Par ailleurs, des publications ont montré, à partir de données issues de Guadeloupe, que l'exposition des hommes adultes à la chlordécone était associée à un excès de risque de survenue du cancer de la prostate. Il nous avait été demandé par M. Didier Houssin, alors directeur général de la santé, de conduire une étude similaire en Martinique. Malheureusement, celle-ci n'a pas pu être menée, les financements qui nous avaient été attribués ayant été interrompus. Nous avons en revanche pu nous intéresser à la récidive de cancer de la prostate et avons montré que la chlordécone était associée à un excès de risque de récidive du cancer de la prostate.
Plus récemment, nous avons pu compléter ces observations avec des études expérimentales chez la souris montrant que l'exposition des femelles gestantes entrainait, chez la portée mâle, une augmentation des lésions prénéoplasiques et ce jusqu'à la troisième génération au moins. Les études sur le cancer de la prostate ont pour l'instant porté sur des hommes qui étaient nés avant le début de l'utilisation de la chlordécone. La question des effets transgénérationnels se pose pour les personnes nées après le début de son utilisation. Il va donc falloir attendre encore quelques années avant de pouvoir éventuellement l'observer épidémiologiquement, même si cela risque d'être très compliqué.
Je souhaite conclure en vous indiquant qu'au vu de ces observations, il est nécessaire de faire tout ce qu'il est possible pour que la population ne soit plus exposée à la chlordécone, bien que cela ne soit pas facile. Il faut que toutes ces connaissances aient une portée sanitaire. La déclinaison passe par l'identification et par le fait d'écarter le risque. Il faut suivre l'évolution des expositions au cours du temps.

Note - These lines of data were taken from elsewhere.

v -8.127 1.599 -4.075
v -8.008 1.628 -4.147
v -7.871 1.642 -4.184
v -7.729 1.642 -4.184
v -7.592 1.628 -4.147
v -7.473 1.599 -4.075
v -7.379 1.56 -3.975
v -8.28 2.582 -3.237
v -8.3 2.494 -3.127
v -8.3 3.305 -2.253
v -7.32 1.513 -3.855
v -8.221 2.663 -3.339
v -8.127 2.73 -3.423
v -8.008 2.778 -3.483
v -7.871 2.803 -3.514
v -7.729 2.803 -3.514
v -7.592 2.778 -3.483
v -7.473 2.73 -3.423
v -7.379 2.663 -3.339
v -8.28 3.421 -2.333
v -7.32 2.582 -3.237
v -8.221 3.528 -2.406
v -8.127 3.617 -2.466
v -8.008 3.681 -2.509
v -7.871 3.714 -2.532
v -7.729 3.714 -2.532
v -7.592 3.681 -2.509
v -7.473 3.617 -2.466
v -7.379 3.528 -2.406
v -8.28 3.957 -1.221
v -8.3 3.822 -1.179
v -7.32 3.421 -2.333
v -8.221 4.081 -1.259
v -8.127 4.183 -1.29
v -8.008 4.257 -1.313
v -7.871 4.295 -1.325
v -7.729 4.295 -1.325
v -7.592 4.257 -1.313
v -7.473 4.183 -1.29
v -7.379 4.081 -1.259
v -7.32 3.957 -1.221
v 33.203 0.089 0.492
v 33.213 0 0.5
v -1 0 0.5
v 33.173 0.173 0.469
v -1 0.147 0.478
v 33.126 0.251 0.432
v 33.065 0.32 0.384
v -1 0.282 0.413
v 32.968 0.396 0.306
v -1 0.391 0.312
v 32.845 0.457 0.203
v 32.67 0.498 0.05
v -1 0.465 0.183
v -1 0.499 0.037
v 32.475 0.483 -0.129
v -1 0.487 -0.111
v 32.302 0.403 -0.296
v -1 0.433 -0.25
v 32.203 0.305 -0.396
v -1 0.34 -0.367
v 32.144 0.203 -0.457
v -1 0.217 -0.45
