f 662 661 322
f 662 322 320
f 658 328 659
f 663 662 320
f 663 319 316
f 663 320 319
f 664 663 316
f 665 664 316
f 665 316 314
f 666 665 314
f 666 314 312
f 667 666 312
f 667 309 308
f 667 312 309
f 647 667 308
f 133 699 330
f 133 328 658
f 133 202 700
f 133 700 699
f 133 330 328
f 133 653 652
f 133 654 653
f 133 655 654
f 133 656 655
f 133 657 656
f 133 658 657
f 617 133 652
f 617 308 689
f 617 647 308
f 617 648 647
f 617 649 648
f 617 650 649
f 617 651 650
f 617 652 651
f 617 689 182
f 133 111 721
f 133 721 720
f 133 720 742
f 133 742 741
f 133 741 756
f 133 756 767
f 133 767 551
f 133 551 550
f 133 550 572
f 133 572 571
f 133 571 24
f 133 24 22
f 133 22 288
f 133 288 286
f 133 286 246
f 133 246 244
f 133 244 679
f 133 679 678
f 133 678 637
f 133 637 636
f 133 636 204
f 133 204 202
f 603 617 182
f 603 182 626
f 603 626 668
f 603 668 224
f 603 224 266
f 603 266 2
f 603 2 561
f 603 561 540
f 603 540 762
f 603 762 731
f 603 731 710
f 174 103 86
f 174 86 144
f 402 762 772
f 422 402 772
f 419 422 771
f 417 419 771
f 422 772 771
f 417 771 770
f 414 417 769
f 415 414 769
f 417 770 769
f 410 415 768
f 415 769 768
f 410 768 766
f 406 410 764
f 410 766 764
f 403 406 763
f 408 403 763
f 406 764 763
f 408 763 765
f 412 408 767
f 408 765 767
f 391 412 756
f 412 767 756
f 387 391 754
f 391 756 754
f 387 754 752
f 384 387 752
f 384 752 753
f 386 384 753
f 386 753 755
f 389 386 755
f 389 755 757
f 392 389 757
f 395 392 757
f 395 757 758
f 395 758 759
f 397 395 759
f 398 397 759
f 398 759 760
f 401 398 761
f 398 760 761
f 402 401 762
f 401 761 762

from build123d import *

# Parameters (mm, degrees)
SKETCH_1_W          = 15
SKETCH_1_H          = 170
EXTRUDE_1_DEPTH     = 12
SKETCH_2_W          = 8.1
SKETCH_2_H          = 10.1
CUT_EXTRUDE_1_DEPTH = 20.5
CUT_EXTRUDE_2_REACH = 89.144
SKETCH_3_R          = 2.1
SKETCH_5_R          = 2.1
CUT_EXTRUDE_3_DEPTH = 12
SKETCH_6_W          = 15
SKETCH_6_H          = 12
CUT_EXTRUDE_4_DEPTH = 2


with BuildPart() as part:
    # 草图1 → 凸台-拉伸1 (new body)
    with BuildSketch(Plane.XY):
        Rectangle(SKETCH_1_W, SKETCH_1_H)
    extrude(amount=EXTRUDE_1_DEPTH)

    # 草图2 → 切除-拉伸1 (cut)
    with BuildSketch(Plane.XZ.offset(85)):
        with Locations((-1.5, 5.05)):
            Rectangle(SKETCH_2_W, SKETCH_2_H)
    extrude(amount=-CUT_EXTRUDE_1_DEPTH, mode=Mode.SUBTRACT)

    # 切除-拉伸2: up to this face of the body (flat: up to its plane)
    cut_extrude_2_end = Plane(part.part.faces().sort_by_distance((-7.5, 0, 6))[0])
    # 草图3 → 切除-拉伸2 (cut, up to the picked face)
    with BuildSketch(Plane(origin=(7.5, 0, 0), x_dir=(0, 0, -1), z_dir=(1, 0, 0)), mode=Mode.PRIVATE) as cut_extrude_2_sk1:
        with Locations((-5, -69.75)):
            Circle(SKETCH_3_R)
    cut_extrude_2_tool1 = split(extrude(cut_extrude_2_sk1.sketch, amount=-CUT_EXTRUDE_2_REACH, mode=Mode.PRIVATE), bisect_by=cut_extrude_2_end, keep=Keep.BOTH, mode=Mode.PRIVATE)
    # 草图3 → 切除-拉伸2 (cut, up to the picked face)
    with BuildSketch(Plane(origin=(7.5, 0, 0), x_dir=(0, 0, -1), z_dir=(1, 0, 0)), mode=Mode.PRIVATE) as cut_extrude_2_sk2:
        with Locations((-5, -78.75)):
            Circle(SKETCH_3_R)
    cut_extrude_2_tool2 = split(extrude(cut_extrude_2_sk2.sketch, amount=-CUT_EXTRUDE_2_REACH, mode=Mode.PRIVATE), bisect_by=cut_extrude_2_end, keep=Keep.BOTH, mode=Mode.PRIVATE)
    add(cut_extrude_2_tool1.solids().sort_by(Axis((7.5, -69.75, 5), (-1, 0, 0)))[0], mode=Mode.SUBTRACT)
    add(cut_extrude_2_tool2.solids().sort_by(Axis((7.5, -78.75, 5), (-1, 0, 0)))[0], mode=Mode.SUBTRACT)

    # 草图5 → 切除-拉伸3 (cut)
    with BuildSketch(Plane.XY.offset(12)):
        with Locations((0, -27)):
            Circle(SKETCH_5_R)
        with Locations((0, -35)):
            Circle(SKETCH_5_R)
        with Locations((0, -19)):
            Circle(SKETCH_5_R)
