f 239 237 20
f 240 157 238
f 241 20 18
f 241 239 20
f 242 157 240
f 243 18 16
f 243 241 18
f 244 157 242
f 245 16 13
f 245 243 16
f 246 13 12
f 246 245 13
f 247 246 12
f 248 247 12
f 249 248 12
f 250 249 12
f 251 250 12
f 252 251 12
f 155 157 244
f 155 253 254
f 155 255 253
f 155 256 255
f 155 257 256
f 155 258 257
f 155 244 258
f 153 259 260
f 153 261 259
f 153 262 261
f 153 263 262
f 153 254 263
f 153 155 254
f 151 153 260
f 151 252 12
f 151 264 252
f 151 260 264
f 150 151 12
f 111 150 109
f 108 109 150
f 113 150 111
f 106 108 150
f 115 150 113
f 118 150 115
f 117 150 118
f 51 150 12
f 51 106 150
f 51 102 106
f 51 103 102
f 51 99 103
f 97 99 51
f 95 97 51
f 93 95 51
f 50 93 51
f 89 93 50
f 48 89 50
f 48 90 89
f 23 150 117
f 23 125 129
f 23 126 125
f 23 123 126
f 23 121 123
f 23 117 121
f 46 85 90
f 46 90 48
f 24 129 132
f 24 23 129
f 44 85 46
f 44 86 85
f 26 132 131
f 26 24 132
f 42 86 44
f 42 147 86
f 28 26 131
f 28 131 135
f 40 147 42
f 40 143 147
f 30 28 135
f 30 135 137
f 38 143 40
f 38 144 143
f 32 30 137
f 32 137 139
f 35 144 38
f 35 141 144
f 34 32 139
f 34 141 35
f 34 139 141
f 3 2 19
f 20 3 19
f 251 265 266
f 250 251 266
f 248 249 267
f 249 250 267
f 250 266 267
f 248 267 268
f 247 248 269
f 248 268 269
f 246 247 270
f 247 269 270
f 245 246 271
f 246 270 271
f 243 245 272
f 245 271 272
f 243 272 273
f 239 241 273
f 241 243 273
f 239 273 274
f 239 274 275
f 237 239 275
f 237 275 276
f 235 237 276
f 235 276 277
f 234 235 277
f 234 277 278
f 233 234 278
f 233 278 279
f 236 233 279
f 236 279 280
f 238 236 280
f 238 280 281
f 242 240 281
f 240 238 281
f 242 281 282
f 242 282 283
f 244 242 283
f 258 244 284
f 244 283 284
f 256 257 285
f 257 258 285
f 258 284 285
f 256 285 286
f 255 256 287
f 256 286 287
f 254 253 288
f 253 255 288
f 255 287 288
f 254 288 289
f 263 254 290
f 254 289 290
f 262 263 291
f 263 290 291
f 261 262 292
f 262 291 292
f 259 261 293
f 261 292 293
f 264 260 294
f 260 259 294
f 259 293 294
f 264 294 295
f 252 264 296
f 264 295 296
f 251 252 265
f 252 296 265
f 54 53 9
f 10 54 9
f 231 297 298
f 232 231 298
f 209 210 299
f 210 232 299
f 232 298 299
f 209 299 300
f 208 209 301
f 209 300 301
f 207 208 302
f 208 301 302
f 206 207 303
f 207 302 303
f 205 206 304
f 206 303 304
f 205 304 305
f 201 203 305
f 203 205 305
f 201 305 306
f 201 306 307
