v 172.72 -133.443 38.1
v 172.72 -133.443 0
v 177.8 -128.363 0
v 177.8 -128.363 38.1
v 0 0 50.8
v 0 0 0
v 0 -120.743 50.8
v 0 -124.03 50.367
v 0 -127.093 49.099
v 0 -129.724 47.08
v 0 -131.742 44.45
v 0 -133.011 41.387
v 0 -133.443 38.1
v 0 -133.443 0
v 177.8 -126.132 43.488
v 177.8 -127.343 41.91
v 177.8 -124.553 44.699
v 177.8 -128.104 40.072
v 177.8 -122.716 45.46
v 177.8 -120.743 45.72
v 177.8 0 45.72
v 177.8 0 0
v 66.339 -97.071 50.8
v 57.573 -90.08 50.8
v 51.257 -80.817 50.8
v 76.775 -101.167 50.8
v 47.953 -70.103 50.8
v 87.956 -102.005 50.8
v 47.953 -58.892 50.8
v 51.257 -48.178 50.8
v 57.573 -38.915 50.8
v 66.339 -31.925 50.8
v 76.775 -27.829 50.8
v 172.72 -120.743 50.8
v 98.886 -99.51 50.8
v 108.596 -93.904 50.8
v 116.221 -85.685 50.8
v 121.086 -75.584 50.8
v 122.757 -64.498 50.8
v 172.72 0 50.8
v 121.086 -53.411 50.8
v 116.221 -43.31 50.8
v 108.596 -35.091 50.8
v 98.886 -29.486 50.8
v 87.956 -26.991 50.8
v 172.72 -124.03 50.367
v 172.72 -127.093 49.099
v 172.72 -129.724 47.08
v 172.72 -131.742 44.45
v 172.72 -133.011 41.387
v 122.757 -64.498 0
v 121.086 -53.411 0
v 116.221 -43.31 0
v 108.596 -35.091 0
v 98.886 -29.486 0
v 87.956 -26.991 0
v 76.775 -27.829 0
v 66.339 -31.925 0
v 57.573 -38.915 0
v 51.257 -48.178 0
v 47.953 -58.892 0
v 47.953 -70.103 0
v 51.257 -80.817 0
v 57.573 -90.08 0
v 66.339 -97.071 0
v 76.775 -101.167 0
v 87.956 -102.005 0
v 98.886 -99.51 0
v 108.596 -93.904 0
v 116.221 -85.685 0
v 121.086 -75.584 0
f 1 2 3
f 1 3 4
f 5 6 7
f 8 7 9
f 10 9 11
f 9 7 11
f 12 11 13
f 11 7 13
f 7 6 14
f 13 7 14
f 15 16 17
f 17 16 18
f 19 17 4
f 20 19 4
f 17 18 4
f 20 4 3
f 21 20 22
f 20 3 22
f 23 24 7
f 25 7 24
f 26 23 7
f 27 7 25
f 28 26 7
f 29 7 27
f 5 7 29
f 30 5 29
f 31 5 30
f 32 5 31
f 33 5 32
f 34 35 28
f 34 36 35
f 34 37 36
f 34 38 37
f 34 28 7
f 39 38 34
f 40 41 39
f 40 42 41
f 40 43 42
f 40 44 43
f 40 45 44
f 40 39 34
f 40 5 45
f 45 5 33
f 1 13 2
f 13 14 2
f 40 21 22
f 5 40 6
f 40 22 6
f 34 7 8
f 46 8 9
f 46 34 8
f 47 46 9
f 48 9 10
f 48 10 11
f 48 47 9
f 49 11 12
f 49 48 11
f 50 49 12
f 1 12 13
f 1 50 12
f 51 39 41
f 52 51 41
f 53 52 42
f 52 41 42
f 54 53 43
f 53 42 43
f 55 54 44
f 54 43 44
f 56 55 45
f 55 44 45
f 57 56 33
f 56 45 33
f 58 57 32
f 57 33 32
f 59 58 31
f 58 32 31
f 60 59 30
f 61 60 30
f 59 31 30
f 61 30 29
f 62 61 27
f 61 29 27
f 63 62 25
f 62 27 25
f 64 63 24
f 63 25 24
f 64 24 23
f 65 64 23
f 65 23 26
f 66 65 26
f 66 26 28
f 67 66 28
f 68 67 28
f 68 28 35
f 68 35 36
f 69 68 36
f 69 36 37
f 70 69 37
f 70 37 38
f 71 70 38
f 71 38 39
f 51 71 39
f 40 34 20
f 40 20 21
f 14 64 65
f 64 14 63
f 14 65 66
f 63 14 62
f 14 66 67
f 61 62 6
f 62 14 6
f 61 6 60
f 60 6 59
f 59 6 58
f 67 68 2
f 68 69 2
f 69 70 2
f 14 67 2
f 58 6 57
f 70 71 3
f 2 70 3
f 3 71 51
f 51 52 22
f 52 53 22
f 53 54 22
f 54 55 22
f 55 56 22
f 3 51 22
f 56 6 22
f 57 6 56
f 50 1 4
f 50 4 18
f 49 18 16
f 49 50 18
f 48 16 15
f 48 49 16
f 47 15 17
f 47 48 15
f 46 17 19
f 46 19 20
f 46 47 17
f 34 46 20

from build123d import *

# Parameters (mm, degrees)
F0_W     = 109.517686
F0_H     = 66.721742
F1_DEPTH = 50.8
F2_R     = 37.612171
F3_DEPTH = 50.801
F4_R     = 12.7
F5_SIZE  = 5.08


with BuildPart() as f1:
    # F0 (on Top) → F1 (new body)
    with BuildSketch(Plane.XY):
        Polygon((177.8, 0), (0, 0), (0, -133.443484), (40.524788, -133.443484), (40.524788, -66.721742), (150.042474, -66.721742), (150.042474, -133.443484), (177.8, -133.443484), align=None)
        with Locations((95.283631, -100.082613)):
            Rectangle(F0_W, F0_H)
    extrude(amount=F1_DEPTH)

    # F2 (on face) → F3 (cut, through all)
    with BuildSketch(Plane.XY.offset(50.8)):
        with Locations((85.144848, -64.497687)):
            Circle(F2_R)
    extrude(amount=-F3_DEPTH, mode=Mode.SUBTRACT)

    # F4
    f4_edges = [f1.edges().sort_by_distance(p)[0] for p in [
        (88.9, -133.443484, 50.8),
    ]]
    fillet(f4_edges, radius=F4_R)

    # F5
    f5_edges = [f1.edges().sort_by_distance(p)[0] for p in [
        (177.8, -60.371742, 50.8),
    ]]
    chamfer(f5_edges, length=F5_SIZE)


solid = f1.part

Santé publique France s'exprimera par la suite pour montrer à travers les études de biosurveillance que, progressivement, les niveaux d'exposition ont diminué. Dans ce cadre, nous avons toujours veillé à apporter des informations pour l'évaluation et la gestion des risques. Je citerai par exemple les recommandations de l'Agence française de sécurité sanitaire des aliments (AFSSA) concernant l'allaitement maternel, l'avis de la Haute Autorité de Santé concernant le dépistage du cancer de la prostate, l'expertise collective de l'Institut national de la santé et de la recherche médicale (INSERM) « Pesticides et santé », l'expertise collective de l'Agence nationale de sécurité sanitaire de l'alimentation, de l'environnement et du travail (ANSES) sur la reconnaissance du cancer de la prostate comme maladie professionnelle chez les travailleurs exposés aux pesticides, et le travail de l'ANSES sur les valeurs sanitaires de référence.